Research investigating the reduction in margins to alleviate toxicity in patients with GB, who typically exhibit poor survival rates, has been established for numerous decades. Available investigations have consistently revealed an invariant failure trend when employing limited margins in GB [28,29]. Furthermore, two pivotal studies have illustrated that local failure rates remain comparable even when using more constrained CTV margins [30,31]. In their research, McDonald et al. employed limited-margin RT for GBs and observed that most recurrences were central, comprising 78%, while only 2% were distant [30]. Gebhardt et al. documented the outcomes of 95 patients who were managed in accordance with the Adult Brain Tumor Consortium (ABTC) guidelines involving limited margins. Their analysis revealed that 66% of patients encountered in-field failures exclusively, with 28% experiencing distant failures [31]. The latest guideline emphasizes the importance of using FLAIR-based target delineation to reduce recurrence rates and minimize margins [5]. Moreover, in a recent study, Yilmaz et al. reported that the marginal recurrences that had been delineated based on the EORTC ((ESTRO)-ACROP, 2016 [32]) and RTOG guidelines were within the boundaries of treatment field according to FLAIR-based target identification [33]. Our current study identified recurrences within FLAIR-based GTV in 56.3% of the patient cohort. Notably, 29 (59.2%) out of the 49 patients experiencing intra-GTV failure exhibited no extension beyond the GTV target, while distant recurrences manifested in 38.1% of cases. Despite the challenge of attributing this discrepancy to a specific cause, we interpret the higher incidence of out-of-field recurrences in our current treatment protocol, compared to those reported in the literature, as an indication of the success of local treatment in addressing all FLAIR invasions. Additionally, while further confirmatory studies are required, the use of FLAIR sequences to evaluate newly emerging lesions for the purpose of diagnosing recurrence may elucidate the notable prevalence of distant failures observed in our study.

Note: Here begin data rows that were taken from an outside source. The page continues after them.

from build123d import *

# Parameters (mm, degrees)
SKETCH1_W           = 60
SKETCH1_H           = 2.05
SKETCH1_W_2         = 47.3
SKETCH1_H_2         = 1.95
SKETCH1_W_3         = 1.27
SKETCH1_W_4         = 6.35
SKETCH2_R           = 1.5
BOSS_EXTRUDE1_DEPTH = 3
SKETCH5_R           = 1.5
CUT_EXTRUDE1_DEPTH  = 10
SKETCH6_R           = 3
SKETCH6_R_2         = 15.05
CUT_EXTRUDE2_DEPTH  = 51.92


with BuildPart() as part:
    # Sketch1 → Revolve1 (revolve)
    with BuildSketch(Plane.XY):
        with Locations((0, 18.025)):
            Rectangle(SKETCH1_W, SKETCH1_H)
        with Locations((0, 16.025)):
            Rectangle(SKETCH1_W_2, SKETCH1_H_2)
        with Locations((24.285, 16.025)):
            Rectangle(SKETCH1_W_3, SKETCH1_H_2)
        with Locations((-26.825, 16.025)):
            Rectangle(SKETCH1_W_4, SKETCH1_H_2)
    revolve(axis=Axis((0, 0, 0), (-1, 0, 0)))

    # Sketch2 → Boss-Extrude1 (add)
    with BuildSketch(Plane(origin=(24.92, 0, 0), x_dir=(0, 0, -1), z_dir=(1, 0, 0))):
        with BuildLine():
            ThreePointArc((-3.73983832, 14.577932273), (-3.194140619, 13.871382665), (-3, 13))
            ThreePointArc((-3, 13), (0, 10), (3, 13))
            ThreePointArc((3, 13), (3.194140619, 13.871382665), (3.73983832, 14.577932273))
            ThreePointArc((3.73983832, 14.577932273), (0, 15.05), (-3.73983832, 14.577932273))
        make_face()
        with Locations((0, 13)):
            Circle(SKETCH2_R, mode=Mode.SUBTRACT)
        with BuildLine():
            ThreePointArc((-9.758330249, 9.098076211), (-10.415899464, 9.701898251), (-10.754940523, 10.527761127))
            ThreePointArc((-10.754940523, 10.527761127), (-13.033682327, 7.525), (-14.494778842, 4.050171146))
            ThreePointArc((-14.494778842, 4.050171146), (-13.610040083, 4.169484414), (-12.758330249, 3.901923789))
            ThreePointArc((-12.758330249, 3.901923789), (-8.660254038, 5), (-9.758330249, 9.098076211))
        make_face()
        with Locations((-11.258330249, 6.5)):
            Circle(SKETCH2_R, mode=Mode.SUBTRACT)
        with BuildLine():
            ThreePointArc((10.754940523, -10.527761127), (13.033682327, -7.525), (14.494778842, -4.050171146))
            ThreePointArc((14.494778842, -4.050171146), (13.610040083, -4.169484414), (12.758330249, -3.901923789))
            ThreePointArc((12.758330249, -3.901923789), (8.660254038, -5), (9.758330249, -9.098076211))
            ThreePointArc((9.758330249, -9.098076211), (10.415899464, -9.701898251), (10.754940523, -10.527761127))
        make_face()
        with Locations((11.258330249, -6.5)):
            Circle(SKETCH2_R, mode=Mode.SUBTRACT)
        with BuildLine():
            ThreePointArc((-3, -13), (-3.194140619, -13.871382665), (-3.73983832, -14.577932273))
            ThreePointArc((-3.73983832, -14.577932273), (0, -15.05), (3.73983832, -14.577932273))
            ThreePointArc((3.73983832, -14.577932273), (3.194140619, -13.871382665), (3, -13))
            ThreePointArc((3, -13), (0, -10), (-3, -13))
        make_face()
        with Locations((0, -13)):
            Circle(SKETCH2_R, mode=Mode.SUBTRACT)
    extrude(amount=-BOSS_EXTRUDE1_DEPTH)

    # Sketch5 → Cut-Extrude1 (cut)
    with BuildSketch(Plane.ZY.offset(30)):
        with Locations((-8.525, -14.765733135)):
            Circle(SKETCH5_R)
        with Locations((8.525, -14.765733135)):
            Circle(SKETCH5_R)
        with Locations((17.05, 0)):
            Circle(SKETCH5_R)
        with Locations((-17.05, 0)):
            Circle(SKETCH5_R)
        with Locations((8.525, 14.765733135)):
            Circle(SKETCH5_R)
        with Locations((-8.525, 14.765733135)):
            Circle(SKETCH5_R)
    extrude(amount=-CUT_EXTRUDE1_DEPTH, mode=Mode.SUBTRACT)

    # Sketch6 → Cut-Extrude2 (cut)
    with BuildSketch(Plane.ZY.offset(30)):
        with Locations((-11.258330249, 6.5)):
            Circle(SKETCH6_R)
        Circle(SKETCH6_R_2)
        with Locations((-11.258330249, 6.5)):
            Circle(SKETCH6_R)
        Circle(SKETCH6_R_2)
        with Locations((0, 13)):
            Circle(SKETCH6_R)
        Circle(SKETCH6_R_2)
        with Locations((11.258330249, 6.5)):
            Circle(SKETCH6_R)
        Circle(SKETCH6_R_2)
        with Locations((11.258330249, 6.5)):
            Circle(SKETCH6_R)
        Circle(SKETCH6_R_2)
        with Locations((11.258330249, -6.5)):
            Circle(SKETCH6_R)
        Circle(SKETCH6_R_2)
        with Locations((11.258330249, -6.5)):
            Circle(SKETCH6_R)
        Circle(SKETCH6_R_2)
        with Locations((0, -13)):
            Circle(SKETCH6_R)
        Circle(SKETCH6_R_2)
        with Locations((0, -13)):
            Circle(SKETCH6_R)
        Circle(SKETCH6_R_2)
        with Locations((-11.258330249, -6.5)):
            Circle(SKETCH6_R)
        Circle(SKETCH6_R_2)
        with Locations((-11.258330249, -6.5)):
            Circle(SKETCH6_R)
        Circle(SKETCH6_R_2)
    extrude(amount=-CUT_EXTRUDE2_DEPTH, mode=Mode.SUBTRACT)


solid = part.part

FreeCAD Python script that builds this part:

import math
import FreeCAD as App
import Part
import Sketcher

V = App.Vector

doc = App.newDocument("Part")
body = doc.addObject("PartDesign::Body", "Body")

sketch1 = body.newObject("Sketcher::SketchObject", "Sketch")
sketch1.AttachmentSupport = (doc.getObject("XY_Plane"), [""])
sketch1.MapMode = "FlatFace"
sketch1.addGeometry([
    Part.LineSegment(V(-30, 19.1, 0), V(-30, 15.1, 0)),
    Part.LineSegment(V(-30, 15.1, 0), V(24.9, 15.1, 0)),
    Part.LineSegment(V(24.9, 15.1, 0), V(24.9, 17, 0)),
    Part.LineSegment(V(24.9, 17, 0), V(30, 17, 0)),
    Part.LineSegment(V(30, 17, 0), V(30, 19.1, 0)),
    Part.LineSegment(V(30, 19.1, 0), V(-30, 19.1, 0)),
], False)
sketch1.addConstraint([
    Sketcher.Constraint("Coincident", 0, 2, 1, 1),
    Sketcher.Constraint("Coincident", 1, 2, 2, 1),
    Sketcher.Constraint("Coincident", 2, 2, 3, 1),
    Sketcher.Constraint("Coincident", 3, 2, 4, 1),
    Sketcher.Constraint("Coincident", 4, 2, 5, 1),
    Sketcher.Constraint("Coincident", 5, 2, 0, 1),
    Sketcher.Constraint("Vertical", 0),
    Sketcher.Constraint("Horizontal", 1),
    Sketcher.Constraint("Vertical", 2),
    Sketcher.Constraint("Horizontal", 3),
    Sketcher.Constraint("Vertical", 4),
    Sketcher.Constraint("Horizontal", 5),
    Sketcher.Constraint("DistanceX", 5, 2, 5, 1, 60.0),
    Sketcher.Constraint("DistanceY", 0, 2, 0, 1, 4.0),
    Sketcher.Constraint("DistanceX", 0, 2, -1, 1, 30.0),
    Sketcher.Constraint("DistanceY", -1, 1, 2, 2, 17.0),
    Sketcher.Constraint("DistanceX", 1, 1, 1, 2, 54.92),
    Sketcher.Constraint("DistanceY", 2, 1, 2, 2, 1.95),
])
revolution = body.newObject("PartDesign::Revolution", "Revolution")
revolution.Profile = sketch1
revolution.ReferenceAxis = (sketch1, ["H_Axis"])
revolution.Angle = 360

sketch2 = body.newObject("Sketcher::SketchObject", "Sketch001")
sketch2.AttachmentSupport = (doc.getObject("YZ_Plane"), [""])
sketch2.MapMode = "FlatFace"
sketch2.AttachmentOffset = App.Placement(V(0, 0, 24.92), App.Rotation())
sketch2.addGeometry([
    Part.ArcOfCircle(Part.Circle(V(13, 5.1, 0), V(0, 0, 1), 2.1), math.radians(-90), math.radians(-40)),
    Part.ArcOfCircle(Part.Circle(V(13, 0, 0), V(0, 0, 1), 3), math.radians(90), math.radians(270)),
    Part.ArcOfCircle(Part.Circle(V(13, -5.1, 0), V(0, 0, 1), 2.1), math.radians(40), math.radians(90)),
    Part.ArcOfCircle(Part.Circle(V(0, 0, 0), V(0, 0, 1), 15.1), math.radians(-14), math.radians(14)),
    Part.Circle(V(13, 0, 0), V(0, 0, 1), 1.5),
    Part.ArcOfCircle(Part.Circle(V(10.9, 8.7, 0), V(0, 0, 1), 2.1), math.radians(100), math.radians(150)),
    Part.ArcOfCircle(Part.Circle(V(0, 0, 0), V(0, 0, 1), 15), math.radians(46), math.radians(74)),
    Part.ArcOfCircle(Part.Circle(V(2.1, 13.8, 0), V(0, 0, 1), 2.1), math.radians(-30), math.radians(20)),
    Part.ArcOfCircle(Part.Circle(V(6.5, 11.3, 0), V(0, 0, 1), 3), math.radians(150), math.radians(330)),
    Part.Circle(V(6.5, 11.3, 0), V(0, 0, 1), 1.5),
    Part.ArcOfCircle(Part.Circle(V(0, 0, 0), V(0, 0, 1), 15), math.radians(-134), math.radians(-106)),
    Part.ArcOfCircle(Part.Circle(V(-2.1, -13.8, 0), V(0, 0, 1), 2.1), math.radians(150), math.radians(200)),
    Part.ArcOfCircle(Part.Circle(V(-6.5, -11.3, 0), V(0, 0, 1), 3), math.radians(-30), math.radians(150)),
    Part.ArcOfCircle(Part.Circle(V(-10.9, -8.7, 0), V(0, 0, 1), 2.1), math.radians(-80), math.radians(-30)),
    Part.Circle(V(-6.5, -11.3, 0), V(0, 0, 1), 1.5),
    Part.ArcOfCircle(Part.Circle(V(-13, 5.1, 0), V(0, 0, 1), 2.1), math.radians(-140), math.radians(-90)),
    Part.ArcOfCircle(Part.Circle(V(0, 0, 0), V(0, 0, 1), 15.1), math.radians(166), math.radians(194)),
    Part.ArcOfCircle(Part.Circle(V(-13, -5.1, 0), V(0, 0, 1), 2.1), math.radians(90), math.radians(140)),
    Part.ArcOfCircle(Part.Circle(V(-13, 0, 0), V(0, 0, 1), 3), math.radians(-90), math.radians(90)),
    Part.Circle(V(-13, 0, 0), V(0, 0, 1), 1.5),
], False)
sketch2.addConstraint([
    Sketcher.Constraint("Tangent", 0, 1, 1, 1),
    Sketcher.Constraint("Tangent", 1, 2, 2, 2),
    Sketcher.Constraint("Coincident", 2, 1, 3, 1),
    Sketcher.Constraint("Coincident", 3, 2, 0, 2),
    Sketcher.Constraint("Coincident", 5, 1, 6, 1),
    Sketcher.Constraint("Coincident", 6, 2, 7, 2),
    Sketcher.Constraint("Tangent", 7, 1, 8, 1),
    Sketcher.Constraint("Tangent", 8, 2, 5, 2),
    Sketcher.Constraint("Coincident", 10, 2, 11, 2),
    Sketcher.Constraint("Tangent", 11, 1, 12, 1),
    Sketcher.Constraint("Tangent", 12, 2, 13, 2),
    Sketcher.Constraint("Coincident", 13, 1, 10, 1),
    Sketcher.Constraint("Coincident", 15, 1, 16, 1),
    Sketcher.Constraint("Coincident", 16, 2, 17, 2),
    Sketcher.Constraint("Tangent", 17, 1, 18, 1),
    Sketcher.Constraint("Tangent", 18, 2, 15, 2),
    Sketcher.Constraint("Coincident", 3, 3, -1, 1),
    Sketcher.Constraint("Coincident", 6, 3, -1, 1),
    Sketcher.Constraint("Coincident", 10, 3, -1, 1),
    Sketcher.Constraint("Coincident", 16, 3, -1, 1),
    Sketcher.Constraint("Coincident", 4, 3, 1, 3),
    Sketcher.Constraint("Coincident", 9, 3, 8, 3),
    Sketcher.Constraint("Coincident", 14, 3, 12, 3),
    Sketcher.Constraint("Coincident", 19, 3, 18, 3),
    Sketcher.Constraint("Equal", 0, 2),
    Sketcher.Constraint("Equal", 2, 5),
    Sketcher.Constraint("Equal", 3, 6),
    Sketcher.Constraint("Equal", 5, 7),
    Sketcher.Constraint("Equal", 1, 8),
    Sketcher.Constraint("Equal", 4, 9),
    Sketcher.Constraint("Equal", 6, 10),
    Sketcher.Constraint("Equal", 7, 11),
    Sketcher.Constraint("Equal", 8, 12),
    Sketcher.Constraint("Equal", 11, 13),
    Sketcher.Constraint("Equal", 9, 14),
    Sketcher.Constraint("Equal", 13, 15),
    Sketcher.Constraint("Equal", 10, 16),
    Sketcher.Constraint("Equal", 15, 17),
    Sketcher.Constraint("Equal", 12, 18),
    Sketcher.Constraint("Equal", 14, 19),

Our current study’s novel and most significant discovery was the initial demonstration of a valuable utility for SIRI in accurately predicting distinct recurrence patterns in patients with GB. In recent years, there has been a growing interest in the potential use of immune and inflammatory markers as prognostic indicators in patients with GB. Shi et al. conducted an analysis on 232 patients with GB, focusing on preoperative parameters, such as inflammatory markers. These markers included the SII, SIRI, NLR, platelet-to-lymphocyte ratio (PLR), monocyte-to-lymphocyte ratio (MLR), and albumin-to-globulin ratio (AGR) [34]. According to their findings, the SII was the exclusive independent inflammatory marker for accurately predicting patient prognosis. Jarmuzek et al. conducted a study on 358 grade 4 glial tumors to explore the impact of the NLR, SII, and SIRI levels [17]. Their findings revealed a significant association between NLR ≥ 4.56, SII ≥ 2003, and SIRI ≥ 3.03 with an elevated risk of mortality. Wang et al. emphasized the significance of the SIRI in patients with GB through propensity score matching [14]. Furthermore, Topkan et al. identified elevated pre-treatment levels of SII (≥565) and SIRI (>1.78) as distinctive independent prognostic indicators for anticipating survival outcomes [15,16]. A recent meta-analysis involving 21 studies revealed that NLR, PLR, and cell-free DNA (cfDNA) serve as effective peripheral inflammatory markers for prognostic assessment in individuals with GB [17]. Our investigation deviates from previous studies in that it specifically examines the potential of the SIRI to forecast relapse patterns rather than focusing on survival outcomes, which has been the primary emphasis of published research. Notably, a heightened SIRI level surpassing the designated cut-off of ≥3 adeptly anticipated Group 1 failure, characterized by the ‘intra-GTV’ or ‘in-CTV/out-GTV’ pattern. This discernment substantiates that the SIRI not only holds value in predicting survival outcomes but also demonstrates significant usefulness in discriminating between failure patterns among patients with GB. Yet, further investigation is required to validate this innovative finding before it is integrated into standard oncological practice for these patient populations.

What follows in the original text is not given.